BRIEF DESCRIPTION OF THE DRAWINGS

[0015] Various other objects, features and many of the attendant advantages of the present invention will be readily appreciated as the same becomes better understood by reference to the following detailed description of the preferred embodiment when considered in connection with the accompanying drawings, in which:

FIG. 1 is a schematic sectional view showing an embodiment of a keyboard apparatus according to the present invention;

FIG. 2 is a top view of the keyboard apparatus in which only a plunger of the electromagnetic solenoid shown in FIG. 1 is illustrated;

FIG. 3 is a front view of the reflection plate shown in FIG. 1;

FIG. 4A is a view of the reflection plate viewed in lateral direction for explaining a looseness caused on the reflection plate of the keyboard apparatus according to the present invention shown in FIG. 1;

FIG. 4B is a view of a reflection plate as viewed in the lateral direction for explaining a looseness caused on the reflection plate of a conventional keyboard apparatus shown in FIGS. 6A and 6B;

FIGS. 5A to 5I are graphs each showing a relationship between an electric signal outputted from an optical sensor and a position of the plunger, when the angle θ varies such as 0 °, 22.5 °, 45 °, 67.5 °, 90 °, 112.5 °, 135 °, 157.5 °, and 180 °;

FIG. 6A is a schematic sectional view showing an embodiment of a conventional keyboard apparatus; and

FIG. 6B is a top view showing the keyboard apparatus in which only a plunger of the electromagnetic solenoid shown in FIG. 6A is illustrated.
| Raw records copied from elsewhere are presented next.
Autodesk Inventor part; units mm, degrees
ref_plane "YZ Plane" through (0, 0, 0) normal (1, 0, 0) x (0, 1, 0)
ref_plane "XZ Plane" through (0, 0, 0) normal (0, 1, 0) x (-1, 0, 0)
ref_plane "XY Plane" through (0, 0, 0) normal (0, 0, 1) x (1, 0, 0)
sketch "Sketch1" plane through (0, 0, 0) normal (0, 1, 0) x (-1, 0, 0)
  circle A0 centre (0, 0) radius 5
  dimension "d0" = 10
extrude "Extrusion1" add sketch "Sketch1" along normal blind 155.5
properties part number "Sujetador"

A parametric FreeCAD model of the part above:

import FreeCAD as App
import Part
import Sketcher
from FreeCAD import Vector

doc = App.newDocument("Part")
body = doc.addObject("PartDesign::Body", "Body")

sketch1 = body.newObject("Sketcher::SketchObject", "Sketch")
sketch1.AttachmentSupport = (doc.getObject("XZ_Plane"), [""])
sketch1.MapMode = "FlatFace"
sketch1.addGeometry(Part.Circle(Vector(0, 0, 0), Vector(0, 0, 1), 5), False)
sketch1.addConstraint(Sketcher.Constraint("Coincident", 0, 3, -1, 1))
sketch1.addConstraint(Sketcher.Constraint("Diameter", 0, 10.0))
pad1 = body.newObject("PartDesign::Pad", "Pad")
pad1.Profile = sketch1
pad1.Length = 155.5
pad1.Reversed = True

doc.recompute()
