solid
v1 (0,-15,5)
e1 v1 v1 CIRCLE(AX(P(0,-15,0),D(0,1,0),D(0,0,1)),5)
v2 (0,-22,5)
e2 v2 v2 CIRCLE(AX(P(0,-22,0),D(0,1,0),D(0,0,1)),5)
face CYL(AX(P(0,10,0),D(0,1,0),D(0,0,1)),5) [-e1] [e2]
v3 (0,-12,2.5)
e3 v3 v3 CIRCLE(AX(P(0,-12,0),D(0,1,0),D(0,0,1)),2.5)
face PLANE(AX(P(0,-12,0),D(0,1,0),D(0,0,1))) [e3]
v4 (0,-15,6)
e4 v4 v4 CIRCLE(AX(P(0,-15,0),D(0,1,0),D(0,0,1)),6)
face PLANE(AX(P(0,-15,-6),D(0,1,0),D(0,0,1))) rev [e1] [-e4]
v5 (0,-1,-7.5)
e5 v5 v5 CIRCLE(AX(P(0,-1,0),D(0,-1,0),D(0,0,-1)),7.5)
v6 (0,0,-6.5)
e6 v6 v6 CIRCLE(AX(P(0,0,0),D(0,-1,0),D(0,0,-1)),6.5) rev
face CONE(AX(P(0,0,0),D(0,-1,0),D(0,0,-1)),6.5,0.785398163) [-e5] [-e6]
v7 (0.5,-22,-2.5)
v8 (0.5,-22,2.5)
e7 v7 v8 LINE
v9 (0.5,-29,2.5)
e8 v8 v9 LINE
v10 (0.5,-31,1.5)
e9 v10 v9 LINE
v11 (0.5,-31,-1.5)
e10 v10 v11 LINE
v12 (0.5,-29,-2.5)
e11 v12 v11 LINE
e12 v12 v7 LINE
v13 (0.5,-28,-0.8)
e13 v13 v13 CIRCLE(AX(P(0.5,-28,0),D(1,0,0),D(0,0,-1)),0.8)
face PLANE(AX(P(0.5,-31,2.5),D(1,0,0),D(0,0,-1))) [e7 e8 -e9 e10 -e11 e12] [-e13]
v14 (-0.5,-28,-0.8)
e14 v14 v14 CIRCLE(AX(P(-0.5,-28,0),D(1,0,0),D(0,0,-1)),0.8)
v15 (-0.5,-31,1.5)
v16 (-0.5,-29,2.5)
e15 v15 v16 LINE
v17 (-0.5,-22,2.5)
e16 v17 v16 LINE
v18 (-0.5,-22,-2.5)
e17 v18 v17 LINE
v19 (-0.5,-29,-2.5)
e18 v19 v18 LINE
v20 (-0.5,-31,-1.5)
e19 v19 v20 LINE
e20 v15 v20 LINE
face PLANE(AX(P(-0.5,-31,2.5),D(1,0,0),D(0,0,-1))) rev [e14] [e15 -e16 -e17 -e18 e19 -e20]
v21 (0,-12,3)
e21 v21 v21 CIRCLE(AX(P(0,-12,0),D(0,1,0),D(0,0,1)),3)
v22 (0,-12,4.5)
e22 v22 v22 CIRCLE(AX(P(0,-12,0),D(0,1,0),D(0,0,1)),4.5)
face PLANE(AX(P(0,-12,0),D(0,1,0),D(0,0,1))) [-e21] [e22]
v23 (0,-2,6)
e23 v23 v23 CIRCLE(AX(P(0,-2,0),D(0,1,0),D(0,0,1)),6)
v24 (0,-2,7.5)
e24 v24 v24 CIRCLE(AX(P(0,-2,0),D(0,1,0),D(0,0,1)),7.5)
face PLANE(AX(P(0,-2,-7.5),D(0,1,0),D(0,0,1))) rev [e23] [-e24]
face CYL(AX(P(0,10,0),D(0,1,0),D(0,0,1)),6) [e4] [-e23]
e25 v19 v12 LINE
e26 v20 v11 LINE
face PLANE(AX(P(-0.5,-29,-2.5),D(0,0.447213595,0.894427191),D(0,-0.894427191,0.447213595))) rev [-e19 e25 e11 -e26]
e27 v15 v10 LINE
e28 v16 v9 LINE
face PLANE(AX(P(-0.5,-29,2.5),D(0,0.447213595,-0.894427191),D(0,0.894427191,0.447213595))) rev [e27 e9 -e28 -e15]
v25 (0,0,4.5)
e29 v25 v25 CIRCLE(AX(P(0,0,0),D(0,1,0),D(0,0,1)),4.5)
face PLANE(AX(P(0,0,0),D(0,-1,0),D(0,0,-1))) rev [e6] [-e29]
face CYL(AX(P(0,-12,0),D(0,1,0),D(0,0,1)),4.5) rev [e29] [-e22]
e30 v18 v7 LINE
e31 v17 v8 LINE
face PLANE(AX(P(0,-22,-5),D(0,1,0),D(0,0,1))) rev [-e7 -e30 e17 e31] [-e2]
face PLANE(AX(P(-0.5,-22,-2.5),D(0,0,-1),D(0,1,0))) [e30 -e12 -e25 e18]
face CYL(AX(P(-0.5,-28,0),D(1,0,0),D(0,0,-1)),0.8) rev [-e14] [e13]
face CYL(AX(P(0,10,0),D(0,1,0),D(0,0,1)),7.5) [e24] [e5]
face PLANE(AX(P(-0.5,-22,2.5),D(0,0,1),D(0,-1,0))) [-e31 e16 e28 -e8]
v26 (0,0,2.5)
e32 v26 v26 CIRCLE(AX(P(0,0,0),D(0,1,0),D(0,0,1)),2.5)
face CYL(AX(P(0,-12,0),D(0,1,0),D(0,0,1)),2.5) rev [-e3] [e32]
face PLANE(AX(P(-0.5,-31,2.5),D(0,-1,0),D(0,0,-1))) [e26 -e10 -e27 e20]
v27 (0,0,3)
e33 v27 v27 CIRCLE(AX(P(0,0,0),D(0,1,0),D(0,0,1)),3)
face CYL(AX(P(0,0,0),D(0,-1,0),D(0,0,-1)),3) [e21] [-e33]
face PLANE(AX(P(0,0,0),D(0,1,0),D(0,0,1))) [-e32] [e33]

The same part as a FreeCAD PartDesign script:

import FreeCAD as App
import Part
import Sketcher
from FreeCAD import Vector
Q = App.Units.Quantity


def edges_at(feature, points):
    """Names of the edges that pass closest to the given points."""
    edges = feature.Shape.Edges
    near = lambda p: min(range(len(edges)), key=lambda i: edges[i].distToShape(Part.Vertex(*p))[0])
    return sorted({f"Edge{near(p) + 1}" for p in points})

doc = App.newDocument("Part")
params = doc.addObject("Spreadsheet::Sheet", "Params")
for row, (alias, value) in enumerate([
    ("sketch1_width", "22 mm"),
    ("sketch1_width2", "7 mm"),
    ("sketch1_width3", "13 mm"),
    ("sketch1_height", "5 mm"),
    ("sketch1_height2", "1 mm"),
    ("revolution_angle", "360 deg"),
    ("chamfer_size", "1 mm"),
    ("sketch2_diameter", "9 mm"),
    ("pocket1_length", "12 mm"),
    ("sketch3_diameter", "6 mm"),
    ("pad1_length", "12 mm"),
    ("sketch4_diameter", "5 mm"),
    ("pocket2_length", "12 mm"),
    ("sketch5_width", "9 mm"),
    ("sketch5_height", "5 mm"),
    ("pad2_length", "1 mm"),
    ("sketch6_width", "2 mm"),
    ("sketch6_height", "1 mm"),
    ("pocket3_length", "1 mm"),
    ("sketch7_width", "2 mm"),
    ("sketch7_height", "1 mm"),
    ("pocket4_length", "1 mm"),
    ("sketch8_diameter", "1.6 mm"),
    ("pocket5_length", "1 mm"),
], start=1):
    params.set(f"A{row}", alias)
    params.set(f"B{row}", "=" + value)
    params.setAlias(f"B{row}", alias)

body = doc.addObject("PartDesign::Body", "Body")

sketch1 = body.newObject("Sketcher::SketchObject", "Sketch")
sketch1.AttachmentSupport = (doc.getObject("YZ_Plane"), [""])
sketch1.MapMode = "FlatFace"
sketch1.addGeometry([
    Part.LineSegment(Vector(0, -7.5, 0), Vector(0, 0, 0)),
    Part.LineSegment(Vector(0, 0, 0), Vector(-22, 0, 0)),
    Part.LineSegment(Vector(-22, 0, 0), Vector(-22, -5, 0)),
    Part.LineSegment(Vector(-22, -5, 0), Vector(-15, -5, 0)),
    Part.LineSegment(Vector(-15, -5, 0), Vector(-15, -6, 0)),
    Part.LineSegment(Vector(-15, -6, 0), Vector(-2, -6, 0)),
    Part.LineSegment(Vector(-2, -6, 0), Vector(-2, -7.5, 0)),
    Part.LineSegment(Vector(-2, -7.5, 0), Vector(0, -7.5, 0)),
], False)
sketch1.addConstraint([
    Sketcher.Constraint("Coincident", 0, 2, 1, 1),
    Sketcher.Constraint("Coincident", 1, 2, 2, 1),
    Sketcher.Constraint("Coincident", 2, 2, 3, 1),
DESCRIPTION OF THE PREFERRED EMBODIMENT

[0016] An embodiment of the present invention will be described below with reference to the drawings. FIG. 1 is a schematic sectional view showing an embodiment of a keyboard apparatus 100 according to the present invention. FIG. 2 is a top view showing the keyboard apparatus 100 in which only a plunger 41 of an electromagnetic solenoid in FIG. 1 is left. FIG. 3 is a front view of a reflection plate 51 shown in FIG. 1. In the description below, the "vertical direction, lateral direction, and longitudinal direction" of the keyboard apparatus 100 mean the "vertical direction, lateral direction, and longitudinal direction" as viewed from a player who plays the keyboard apparatus 100.

[0017] The keyboard apparatus 100 is used for an electronic keyboard instrument, for example. As shown in the figures, the keyboard apparatus 100 includes plural white keys 10 and black keys 11, which serve as performance operation elements, a frame 20, and a driving unit 30. The white keys 10 and the black keys 11 are juxtaposed in the lateral direction. The frame 20 is formed to have a plate-like shape, or a box-like shape having an opening at the bottom surface thereof. Speed sensors (not shown) for detecting the key depression speed of the white keys 10 and the black keys 11 are provided below the white keys 10 and the black keys 11 or in the frame 20.

[0018] A key supporting section 21 that supports the central part of each of the white keys 10 and the black keys 11 is provided in such a manner that the front ends of the white key 10 and the black key 11 are pivotable in the vertical direction. The white key 10 and the black key 11 are pivotally supported by the key supporting sections 21, so that the white key 10 and the black key 11 pivot in the vertical direction about the support C1.

[0019] The driving unit 30 includes plural actuator sections 40 serving as driving means composed of an electromagnetic solenoid, and plural position sensor sections 50 that detect the positions of plungers 41 in the actuator sections 40. Each of the actuator sections 40 is composed of the plunger 41 serving as a movable member and a driving section 42 fixed to an unillustrated casing. The plunger 41 is made of a ferromagnetic material. The plunger 41 is mounted such that the lower end thereof is brought into contact with the upper surface of the white key 10 at the rear from the support C1, thereby applying a reaction force from above the white key 10. The driving section 42 is composed of a magnetic frame 42a, a stationary core 42b, a bobbin 42c, and a coil 42d.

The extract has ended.